Dem Vorurteil, das Huhn sei dumm, widersprach der Verhaltensforscher Erich Baeumer. Er forschte fünfzig Jahre lang über die Haushühner und veröffentlichte seine Erkenntnisse 1964 in einem Buch mit dem ironisch gemeinten Titel «Das dumme Huhn – Verhalten des Haushuhns». Viele Zeitungen nahmen in den vergangenen Jahren das Thema auf, z. B. die «Aargauer Zeitung» mit «Von wegen dummes Huhn! – Hühner können zählen und führen sich für Sex hinters Licht» 2016; der «Kurier» mit «Von wegen dummes Huhn», der «Standard» mit «Wie dumm Hühner wirklich sind» und die «Welt» mit «Huhn: Von wegen dumm, das Geflügel ist ziemlich schlau» 2017; der «Blick» mit «Der Ausdruck ‹dummes Huhn› stimmt so nicht» 2018. Die Zeitungsartikel häuften sich in dieser Zeit, weil 2013 das Buch «Das Huhn», herausgegeben von Joseph Barber, erschienen war und weil 2017 die Hirn- und Verhaltensforscherin Lori Marino den viel beachteten wissenschaftlichen Artikel «Thinking Chickens: a review of cognition, emotion, and behavior in the domestic chicken» veröffentlicht hatte.
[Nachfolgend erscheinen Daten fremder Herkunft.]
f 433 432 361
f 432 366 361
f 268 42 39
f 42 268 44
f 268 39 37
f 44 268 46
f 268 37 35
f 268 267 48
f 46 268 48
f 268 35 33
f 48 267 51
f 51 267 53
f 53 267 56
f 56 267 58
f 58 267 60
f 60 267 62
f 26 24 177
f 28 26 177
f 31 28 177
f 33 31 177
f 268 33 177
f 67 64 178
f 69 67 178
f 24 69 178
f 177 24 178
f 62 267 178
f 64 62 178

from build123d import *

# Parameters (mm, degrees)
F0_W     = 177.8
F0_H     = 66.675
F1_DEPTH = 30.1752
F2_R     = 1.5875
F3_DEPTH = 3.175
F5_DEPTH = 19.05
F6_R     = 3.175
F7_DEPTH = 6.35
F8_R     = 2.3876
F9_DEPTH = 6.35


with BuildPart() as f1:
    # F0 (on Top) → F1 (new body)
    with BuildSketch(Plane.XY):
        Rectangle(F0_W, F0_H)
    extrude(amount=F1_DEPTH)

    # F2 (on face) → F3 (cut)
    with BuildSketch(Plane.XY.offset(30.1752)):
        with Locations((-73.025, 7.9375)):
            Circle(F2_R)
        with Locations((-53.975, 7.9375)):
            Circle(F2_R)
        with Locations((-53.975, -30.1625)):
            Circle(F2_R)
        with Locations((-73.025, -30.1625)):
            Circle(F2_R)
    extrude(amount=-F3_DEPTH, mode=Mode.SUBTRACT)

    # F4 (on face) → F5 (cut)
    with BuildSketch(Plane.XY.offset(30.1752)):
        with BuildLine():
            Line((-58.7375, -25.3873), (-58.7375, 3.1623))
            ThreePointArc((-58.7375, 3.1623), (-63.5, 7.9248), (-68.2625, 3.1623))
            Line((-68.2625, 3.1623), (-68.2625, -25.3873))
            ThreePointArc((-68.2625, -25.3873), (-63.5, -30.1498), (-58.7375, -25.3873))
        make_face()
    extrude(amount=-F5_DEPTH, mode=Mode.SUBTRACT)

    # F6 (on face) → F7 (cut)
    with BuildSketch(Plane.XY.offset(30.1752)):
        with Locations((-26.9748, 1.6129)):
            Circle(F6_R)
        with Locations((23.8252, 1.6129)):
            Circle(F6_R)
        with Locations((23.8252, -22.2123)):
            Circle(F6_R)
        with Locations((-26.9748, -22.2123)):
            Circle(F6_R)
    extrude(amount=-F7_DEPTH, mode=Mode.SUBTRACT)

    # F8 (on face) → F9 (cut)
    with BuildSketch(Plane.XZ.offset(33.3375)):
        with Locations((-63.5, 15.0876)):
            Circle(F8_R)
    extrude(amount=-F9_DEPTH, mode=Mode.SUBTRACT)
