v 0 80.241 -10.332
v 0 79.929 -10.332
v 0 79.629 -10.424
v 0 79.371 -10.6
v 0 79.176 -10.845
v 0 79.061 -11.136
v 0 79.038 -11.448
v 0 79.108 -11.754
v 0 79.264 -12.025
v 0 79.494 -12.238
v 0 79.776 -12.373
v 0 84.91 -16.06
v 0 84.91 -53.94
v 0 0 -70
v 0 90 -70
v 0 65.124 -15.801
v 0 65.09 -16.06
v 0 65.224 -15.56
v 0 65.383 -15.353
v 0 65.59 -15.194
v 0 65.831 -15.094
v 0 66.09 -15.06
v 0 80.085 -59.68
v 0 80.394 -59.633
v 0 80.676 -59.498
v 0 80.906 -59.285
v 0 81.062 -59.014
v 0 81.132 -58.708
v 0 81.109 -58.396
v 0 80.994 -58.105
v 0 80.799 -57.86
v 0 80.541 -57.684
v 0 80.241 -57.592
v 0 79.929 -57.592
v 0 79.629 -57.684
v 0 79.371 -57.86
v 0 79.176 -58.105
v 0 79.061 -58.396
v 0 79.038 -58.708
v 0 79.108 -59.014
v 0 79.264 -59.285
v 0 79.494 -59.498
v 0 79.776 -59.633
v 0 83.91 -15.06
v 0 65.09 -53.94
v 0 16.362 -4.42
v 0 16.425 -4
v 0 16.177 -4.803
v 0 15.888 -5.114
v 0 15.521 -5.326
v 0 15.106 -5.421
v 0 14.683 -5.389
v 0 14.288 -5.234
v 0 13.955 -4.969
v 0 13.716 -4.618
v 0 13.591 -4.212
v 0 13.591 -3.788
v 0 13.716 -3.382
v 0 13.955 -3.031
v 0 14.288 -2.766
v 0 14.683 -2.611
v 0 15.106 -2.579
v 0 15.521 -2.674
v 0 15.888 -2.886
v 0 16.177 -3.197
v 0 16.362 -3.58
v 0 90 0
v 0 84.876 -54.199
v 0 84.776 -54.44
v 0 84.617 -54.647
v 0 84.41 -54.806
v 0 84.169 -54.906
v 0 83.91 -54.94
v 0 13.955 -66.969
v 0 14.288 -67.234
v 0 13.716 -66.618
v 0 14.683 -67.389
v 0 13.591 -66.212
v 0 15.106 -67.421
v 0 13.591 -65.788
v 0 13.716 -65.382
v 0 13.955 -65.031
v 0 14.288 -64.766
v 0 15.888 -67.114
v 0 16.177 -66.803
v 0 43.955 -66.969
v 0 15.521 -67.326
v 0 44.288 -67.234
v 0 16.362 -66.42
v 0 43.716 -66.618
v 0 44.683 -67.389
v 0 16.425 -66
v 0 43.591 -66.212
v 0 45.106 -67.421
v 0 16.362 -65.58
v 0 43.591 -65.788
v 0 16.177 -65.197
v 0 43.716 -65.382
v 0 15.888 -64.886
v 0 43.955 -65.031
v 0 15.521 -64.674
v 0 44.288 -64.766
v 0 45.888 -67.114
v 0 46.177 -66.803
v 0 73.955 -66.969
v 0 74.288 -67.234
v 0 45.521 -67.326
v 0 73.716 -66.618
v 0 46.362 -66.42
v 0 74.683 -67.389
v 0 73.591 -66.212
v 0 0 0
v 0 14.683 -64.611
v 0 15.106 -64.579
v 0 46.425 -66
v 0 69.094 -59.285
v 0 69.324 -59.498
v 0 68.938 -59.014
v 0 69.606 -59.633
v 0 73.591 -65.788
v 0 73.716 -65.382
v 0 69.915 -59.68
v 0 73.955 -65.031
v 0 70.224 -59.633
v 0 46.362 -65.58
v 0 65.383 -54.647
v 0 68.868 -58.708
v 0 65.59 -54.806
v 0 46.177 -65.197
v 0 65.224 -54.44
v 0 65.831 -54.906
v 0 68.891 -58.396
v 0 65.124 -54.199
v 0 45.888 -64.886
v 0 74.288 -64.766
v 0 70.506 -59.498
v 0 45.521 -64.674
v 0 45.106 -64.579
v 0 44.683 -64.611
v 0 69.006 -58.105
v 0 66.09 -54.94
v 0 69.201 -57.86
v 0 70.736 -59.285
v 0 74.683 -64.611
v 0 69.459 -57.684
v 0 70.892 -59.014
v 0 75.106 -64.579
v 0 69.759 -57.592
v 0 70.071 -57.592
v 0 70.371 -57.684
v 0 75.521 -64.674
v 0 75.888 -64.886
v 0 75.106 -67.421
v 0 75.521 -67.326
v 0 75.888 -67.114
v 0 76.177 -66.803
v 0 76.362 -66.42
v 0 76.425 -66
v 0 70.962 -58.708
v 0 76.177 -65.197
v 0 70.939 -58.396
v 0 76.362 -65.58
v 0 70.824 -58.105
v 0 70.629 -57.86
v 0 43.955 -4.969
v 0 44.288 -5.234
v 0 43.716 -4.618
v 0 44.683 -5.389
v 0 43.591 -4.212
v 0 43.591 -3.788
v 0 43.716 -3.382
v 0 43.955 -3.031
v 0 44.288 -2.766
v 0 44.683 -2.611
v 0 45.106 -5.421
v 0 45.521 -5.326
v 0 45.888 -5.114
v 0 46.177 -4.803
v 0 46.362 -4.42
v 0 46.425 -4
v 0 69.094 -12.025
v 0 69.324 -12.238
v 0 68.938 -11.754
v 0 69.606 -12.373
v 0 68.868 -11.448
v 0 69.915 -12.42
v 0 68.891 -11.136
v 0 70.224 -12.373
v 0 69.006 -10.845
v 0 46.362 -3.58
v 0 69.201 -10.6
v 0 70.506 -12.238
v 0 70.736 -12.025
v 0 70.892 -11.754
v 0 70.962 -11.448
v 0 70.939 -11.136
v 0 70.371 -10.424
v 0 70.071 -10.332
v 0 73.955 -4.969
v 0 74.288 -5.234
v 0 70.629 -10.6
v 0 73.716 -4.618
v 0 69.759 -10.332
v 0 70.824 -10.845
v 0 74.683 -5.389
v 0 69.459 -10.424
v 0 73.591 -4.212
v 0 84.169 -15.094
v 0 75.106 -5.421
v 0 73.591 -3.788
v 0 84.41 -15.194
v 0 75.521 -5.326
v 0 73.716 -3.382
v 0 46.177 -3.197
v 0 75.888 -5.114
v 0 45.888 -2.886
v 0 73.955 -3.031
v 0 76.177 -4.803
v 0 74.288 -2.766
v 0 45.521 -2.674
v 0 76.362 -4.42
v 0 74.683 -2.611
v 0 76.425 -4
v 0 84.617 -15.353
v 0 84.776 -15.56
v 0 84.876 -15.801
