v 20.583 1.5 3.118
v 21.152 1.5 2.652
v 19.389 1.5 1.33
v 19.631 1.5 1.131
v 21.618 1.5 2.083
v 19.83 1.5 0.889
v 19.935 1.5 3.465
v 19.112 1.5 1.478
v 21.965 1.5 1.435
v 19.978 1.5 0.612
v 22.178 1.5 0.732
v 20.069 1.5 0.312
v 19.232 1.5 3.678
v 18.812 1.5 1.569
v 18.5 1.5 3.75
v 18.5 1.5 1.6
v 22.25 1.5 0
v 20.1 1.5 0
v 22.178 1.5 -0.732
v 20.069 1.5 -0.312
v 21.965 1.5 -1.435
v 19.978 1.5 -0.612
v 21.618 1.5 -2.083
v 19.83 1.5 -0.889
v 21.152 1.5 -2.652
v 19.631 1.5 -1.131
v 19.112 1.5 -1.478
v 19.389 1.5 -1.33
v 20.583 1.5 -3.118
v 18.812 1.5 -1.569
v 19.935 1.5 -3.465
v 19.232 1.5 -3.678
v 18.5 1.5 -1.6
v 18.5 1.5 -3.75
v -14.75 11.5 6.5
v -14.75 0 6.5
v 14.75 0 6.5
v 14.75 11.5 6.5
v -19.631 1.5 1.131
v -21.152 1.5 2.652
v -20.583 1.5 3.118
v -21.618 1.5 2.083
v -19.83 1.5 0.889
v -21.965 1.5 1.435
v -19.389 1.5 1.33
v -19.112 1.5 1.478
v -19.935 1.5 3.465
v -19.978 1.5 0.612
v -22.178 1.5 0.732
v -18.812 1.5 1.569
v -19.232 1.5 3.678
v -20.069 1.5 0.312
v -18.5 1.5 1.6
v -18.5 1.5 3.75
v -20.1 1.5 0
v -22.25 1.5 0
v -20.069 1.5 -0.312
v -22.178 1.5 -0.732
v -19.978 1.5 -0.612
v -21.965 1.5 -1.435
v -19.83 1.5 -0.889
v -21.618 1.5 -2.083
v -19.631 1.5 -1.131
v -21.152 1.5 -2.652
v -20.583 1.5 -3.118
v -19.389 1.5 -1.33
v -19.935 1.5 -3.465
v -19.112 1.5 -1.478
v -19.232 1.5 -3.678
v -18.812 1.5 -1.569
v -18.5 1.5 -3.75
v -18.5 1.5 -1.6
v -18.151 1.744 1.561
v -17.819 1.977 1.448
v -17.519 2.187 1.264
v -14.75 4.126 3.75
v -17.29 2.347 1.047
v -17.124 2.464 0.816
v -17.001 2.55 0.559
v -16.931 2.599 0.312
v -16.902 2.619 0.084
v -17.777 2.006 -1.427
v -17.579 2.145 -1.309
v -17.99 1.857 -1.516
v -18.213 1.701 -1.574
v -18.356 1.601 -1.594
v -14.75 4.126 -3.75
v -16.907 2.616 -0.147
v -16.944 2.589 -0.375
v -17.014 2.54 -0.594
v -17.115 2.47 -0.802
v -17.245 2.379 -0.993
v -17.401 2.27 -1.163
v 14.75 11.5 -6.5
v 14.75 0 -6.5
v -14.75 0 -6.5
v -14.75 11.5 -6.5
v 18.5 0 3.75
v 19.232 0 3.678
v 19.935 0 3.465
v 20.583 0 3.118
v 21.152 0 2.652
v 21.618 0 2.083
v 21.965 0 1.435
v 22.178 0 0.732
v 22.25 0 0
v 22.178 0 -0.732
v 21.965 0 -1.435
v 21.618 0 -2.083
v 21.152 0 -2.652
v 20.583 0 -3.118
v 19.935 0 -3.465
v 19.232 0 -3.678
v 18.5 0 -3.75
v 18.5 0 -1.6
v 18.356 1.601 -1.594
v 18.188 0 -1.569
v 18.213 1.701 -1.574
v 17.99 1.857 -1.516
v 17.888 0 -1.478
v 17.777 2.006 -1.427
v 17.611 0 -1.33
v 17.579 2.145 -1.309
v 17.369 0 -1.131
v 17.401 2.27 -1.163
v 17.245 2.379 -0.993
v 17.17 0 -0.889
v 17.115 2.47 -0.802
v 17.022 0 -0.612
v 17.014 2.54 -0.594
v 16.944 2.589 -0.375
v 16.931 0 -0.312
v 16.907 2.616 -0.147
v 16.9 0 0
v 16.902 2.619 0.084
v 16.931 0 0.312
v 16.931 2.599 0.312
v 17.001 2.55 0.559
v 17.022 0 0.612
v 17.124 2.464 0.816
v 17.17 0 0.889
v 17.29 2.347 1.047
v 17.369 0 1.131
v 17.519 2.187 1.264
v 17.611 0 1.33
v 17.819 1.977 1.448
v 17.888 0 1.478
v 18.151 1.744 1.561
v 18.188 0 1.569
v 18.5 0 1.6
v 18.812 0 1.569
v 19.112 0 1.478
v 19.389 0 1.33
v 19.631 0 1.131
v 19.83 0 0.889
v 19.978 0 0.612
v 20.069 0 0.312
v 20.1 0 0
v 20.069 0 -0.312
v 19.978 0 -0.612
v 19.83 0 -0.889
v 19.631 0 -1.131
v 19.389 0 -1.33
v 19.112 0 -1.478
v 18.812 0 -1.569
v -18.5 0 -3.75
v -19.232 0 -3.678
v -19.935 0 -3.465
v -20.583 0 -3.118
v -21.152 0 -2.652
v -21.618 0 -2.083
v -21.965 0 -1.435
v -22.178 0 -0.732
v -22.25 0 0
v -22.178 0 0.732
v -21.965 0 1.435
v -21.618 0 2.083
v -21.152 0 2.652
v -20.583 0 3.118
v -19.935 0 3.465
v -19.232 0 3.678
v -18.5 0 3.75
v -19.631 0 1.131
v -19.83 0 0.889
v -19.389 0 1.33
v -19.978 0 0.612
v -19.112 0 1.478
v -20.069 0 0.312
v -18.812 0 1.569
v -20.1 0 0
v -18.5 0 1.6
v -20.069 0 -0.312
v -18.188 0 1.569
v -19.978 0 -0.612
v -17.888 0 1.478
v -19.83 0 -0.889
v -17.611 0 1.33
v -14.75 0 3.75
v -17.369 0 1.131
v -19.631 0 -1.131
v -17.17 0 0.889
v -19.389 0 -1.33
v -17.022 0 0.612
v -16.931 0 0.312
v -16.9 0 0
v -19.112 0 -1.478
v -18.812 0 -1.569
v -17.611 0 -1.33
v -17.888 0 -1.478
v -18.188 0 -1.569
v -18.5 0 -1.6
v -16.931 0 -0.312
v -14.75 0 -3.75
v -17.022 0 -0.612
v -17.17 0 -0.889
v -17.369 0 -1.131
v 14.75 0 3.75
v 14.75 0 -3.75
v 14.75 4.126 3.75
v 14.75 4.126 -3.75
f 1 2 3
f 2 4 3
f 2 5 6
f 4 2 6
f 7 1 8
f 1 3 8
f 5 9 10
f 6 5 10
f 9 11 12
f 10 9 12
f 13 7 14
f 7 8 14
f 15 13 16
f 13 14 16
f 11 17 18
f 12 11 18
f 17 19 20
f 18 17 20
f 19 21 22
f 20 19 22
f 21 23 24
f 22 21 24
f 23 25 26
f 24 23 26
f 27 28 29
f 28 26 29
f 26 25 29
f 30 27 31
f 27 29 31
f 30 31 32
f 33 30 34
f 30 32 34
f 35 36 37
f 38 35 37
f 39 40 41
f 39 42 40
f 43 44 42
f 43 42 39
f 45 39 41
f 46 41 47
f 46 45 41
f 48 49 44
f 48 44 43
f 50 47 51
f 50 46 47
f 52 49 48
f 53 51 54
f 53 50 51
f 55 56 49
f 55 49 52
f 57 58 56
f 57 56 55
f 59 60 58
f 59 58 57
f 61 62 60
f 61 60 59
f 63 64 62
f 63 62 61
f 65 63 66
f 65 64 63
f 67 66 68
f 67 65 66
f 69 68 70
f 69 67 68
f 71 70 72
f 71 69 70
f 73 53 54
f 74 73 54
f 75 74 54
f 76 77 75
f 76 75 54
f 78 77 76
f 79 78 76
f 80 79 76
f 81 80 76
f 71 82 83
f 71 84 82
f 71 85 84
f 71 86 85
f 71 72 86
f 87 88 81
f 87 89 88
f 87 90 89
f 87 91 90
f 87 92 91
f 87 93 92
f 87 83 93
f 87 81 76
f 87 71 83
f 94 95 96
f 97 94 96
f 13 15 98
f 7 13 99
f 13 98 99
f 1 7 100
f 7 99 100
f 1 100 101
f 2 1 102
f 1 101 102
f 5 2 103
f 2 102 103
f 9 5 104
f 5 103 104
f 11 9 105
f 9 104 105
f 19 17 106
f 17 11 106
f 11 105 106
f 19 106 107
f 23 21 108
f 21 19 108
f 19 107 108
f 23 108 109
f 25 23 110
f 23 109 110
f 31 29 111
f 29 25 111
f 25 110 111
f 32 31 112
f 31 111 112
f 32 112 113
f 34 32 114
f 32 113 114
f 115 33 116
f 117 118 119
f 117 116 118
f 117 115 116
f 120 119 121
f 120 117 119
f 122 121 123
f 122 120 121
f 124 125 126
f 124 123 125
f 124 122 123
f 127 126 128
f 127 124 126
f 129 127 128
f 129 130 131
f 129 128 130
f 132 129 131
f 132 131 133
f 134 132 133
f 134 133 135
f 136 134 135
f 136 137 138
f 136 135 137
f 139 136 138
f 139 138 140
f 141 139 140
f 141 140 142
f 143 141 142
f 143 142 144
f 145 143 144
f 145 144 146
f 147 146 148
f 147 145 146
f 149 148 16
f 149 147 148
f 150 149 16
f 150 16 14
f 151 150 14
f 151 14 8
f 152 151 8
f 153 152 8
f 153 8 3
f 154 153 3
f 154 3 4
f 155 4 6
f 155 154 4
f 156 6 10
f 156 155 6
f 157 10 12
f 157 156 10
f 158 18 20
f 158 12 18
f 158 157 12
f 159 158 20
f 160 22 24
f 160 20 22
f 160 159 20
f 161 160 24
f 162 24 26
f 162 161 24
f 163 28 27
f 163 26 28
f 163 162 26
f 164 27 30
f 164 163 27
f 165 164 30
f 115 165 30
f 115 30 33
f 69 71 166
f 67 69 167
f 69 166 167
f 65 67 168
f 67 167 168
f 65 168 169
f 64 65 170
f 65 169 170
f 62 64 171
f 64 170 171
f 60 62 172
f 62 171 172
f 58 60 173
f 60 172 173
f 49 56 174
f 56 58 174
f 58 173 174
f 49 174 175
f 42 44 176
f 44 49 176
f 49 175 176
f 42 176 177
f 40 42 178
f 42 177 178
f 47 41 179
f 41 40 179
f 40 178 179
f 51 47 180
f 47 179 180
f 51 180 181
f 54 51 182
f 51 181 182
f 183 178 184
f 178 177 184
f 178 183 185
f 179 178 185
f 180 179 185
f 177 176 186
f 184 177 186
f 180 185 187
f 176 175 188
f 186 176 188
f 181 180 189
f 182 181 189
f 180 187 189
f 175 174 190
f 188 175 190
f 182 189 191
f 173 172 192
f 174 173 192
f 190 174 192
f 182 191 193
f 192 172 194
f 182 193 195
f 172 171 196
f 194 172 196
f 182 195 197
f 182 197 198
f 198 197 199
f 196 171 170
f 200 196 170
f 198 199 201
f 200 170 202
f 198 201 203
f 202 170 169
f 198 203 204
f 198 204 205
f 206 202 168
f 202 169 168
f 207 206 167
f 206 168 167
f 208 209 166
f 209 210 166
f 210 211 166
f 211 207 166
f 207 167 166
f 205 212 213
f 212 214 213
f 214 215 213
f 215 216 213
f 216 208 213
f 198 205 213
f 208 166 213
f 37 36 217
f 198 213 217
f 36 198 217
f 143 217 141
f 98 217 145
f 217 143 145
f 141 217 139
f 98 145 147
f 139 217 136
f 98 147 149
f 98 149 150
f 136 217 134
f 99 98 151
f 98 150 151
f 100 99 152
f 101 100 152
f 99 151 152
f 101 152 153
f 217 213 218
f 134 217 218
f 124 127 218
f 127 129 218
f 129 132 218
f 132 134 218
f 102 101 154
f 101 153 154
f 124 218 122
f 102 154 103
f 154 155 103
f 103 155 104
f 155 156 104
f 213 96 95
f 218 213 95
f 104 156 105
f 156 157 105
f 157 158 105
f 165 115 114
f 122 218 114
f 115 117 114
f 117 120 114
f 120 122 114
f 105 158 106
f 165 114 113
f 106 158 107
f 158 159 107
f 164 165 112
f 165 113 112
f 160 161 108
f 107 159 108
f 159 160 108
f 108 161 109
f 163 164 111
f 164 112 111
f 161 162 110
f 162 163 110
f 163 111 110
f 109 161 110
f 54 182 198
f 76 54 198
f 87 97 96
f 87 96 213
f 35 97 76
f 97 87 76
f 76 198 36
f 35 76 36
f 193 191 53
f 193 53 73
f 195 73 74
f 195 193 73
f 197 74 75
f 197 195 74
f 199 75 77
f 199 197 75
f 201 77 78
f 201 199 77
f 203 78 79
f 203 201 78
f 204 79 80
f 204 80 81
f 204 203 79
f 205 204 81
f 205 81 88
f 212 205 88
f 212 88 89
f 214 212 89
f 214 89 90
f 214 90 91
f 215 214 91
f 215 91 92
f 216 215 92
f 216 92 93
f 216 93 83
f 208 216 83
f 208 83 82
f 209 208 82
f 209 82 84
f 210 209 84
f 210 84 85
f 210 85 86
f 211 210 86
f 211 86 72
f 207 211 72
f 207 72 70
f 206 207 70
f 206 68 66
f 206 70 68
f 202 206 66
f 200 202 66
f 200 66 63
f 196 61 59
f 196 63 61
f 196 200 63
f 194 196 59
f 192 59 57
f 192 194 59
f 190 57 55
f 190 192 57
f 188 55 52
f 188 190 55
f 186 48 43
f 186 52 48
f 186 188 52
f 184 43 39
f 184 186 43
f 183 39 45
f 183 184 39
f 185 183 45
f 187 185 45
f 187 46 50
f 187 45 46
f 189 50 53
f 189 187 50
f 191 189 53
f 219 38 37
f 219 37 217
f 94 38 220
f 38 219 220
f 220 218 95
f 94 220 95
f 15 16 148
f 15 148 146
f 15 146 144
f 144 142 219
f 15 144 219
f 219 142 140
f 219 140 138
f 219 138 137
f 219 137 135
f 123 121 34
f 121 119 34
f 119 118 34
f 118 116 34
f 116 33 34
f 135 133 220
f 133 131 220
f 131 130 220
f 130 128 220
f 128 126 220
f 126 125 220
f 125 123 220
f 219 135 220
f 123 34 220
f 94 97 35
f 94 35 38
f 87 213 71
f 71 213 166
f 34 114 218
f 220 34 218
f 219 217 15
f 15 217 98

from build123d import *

# Parameters (mm, degrees)
CROQUIS1_R                 = 1.6
SALIENTE_EXTRUIR2_DEPTH    = 11.5
CORTAR_EXTRUIR1_DEPTH      = 26.875905781
CORTAR_EXTRUIR1_DEPTH_BACK = 26.875905781


with BuildPart() as part:
    # Croquis1 → Saliente-Extruir2 (new body)
    with BuildSketch(Plane(origin=(0, 0, 0), x_dir=(1, 0, 0), z_dir=(0, 1, 0))):
        with BuildLine():
            Line((-14.75, -6.5), (14.75, -6.5))
            Line((14.75, -6.5), (14.75, -3.75))
            Line((14.75, -3.75), (18.5, -3.75))
            ThreePointArc((18.5, -3.75), (22.25, 0), (18.5, 3.75))
            Line((18.5, 3.75), (14.75, 3.75))
            Line((14.75, 3.75), (14.75, 6.5))
            Line((14.75, 6.5), (-14.75, 6.5))
            Line((-14.75, 6.5), (-14.75, 3.75))
            Line((-14.75, 3.75), (-18.5, 3.75))
            ThreePointArc((-18.5, 3.75), (-22.25, 0), (-18.5, -3.75))
            Line((-18.5, -3.75), (-14.75, -3.75))
            Line((-14.75, -3.75), (-14.75, -6.5))
        make_face()
        with Locations(Location((-18.5, 0, 0), (0, 0, 270))):
            Circle(CROQUIS1_R, mode=Mode.SUBTRACT)
        with Locations(Location((18.5, 0, 0), (0, 0, 90))):
            Circle(CROQUIS1_R, mode=Mode.SUBTRACT)
    extrude(amount=SALIENTE_EXTRUIR2_DEPTH)

    # Croquis2 → Cortar-Extruir1 (cut, two sides: drawn at the far end of the back side and taken through both)
    with BuildSketch(Plane.XY.offset(-CORTAR_EXTRUIR1_DEPTH_BACK)):
        Polygon((22.25, 11.5), (22.25, 1.5), (18.5, 1.5), (14.75, 4.125778268), (14.75, 11.5), align=None)
        Polygon((-22.25, 11.5), (-22.25, 1.5), (-18.5, 1.5), (-14.75, 4.125778268), (-14.75, 11.5), align=None)
    extrude(amount=CORTAR_EXTRUIR1_DEPTH + CORTAR_EXTRUIR1_DEPTH_BACK, mode=Mode.SUBTRACT)


solid = part.part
Auffallen muss, dass sowohl Baeumer als auch die meisten Zeitungsartikel sich auf den Ausdruck dummes Huhn bezogen; was deutlich macht, wie oft wir ihn brauchen.
Doch die Mär vom dummen Huhn wird bis heute weiterverbreitet. Der Trickfilm «Fine Feathered Friend» von 1942 aus der Tom-und-Jerry-Serie von Hanna und Barbera hiess in der deutschen Übersetzung «Tom und das dumme Huhn». Schobert & Black veröffentlichten 1973 mit Ulrich Roski das Lied «Dummes Huhn, was nun». Der Inder Idries Shah (1924–1996), der in England lebte, erzählte die Sufigeschichte «The Silly Chicken – das dumme Huhn», die von Jeff Jackson illustriert 2015 als sehr erfolgreiches Kinderbuch erschien. Darin versetzt ein Huhn eine ganze Stadt mit seinen erfundenen Geschichten in Aufruhr. Die Leute glauben ihm, ohne nach seiner Glaubwürdigkeit zu fragen.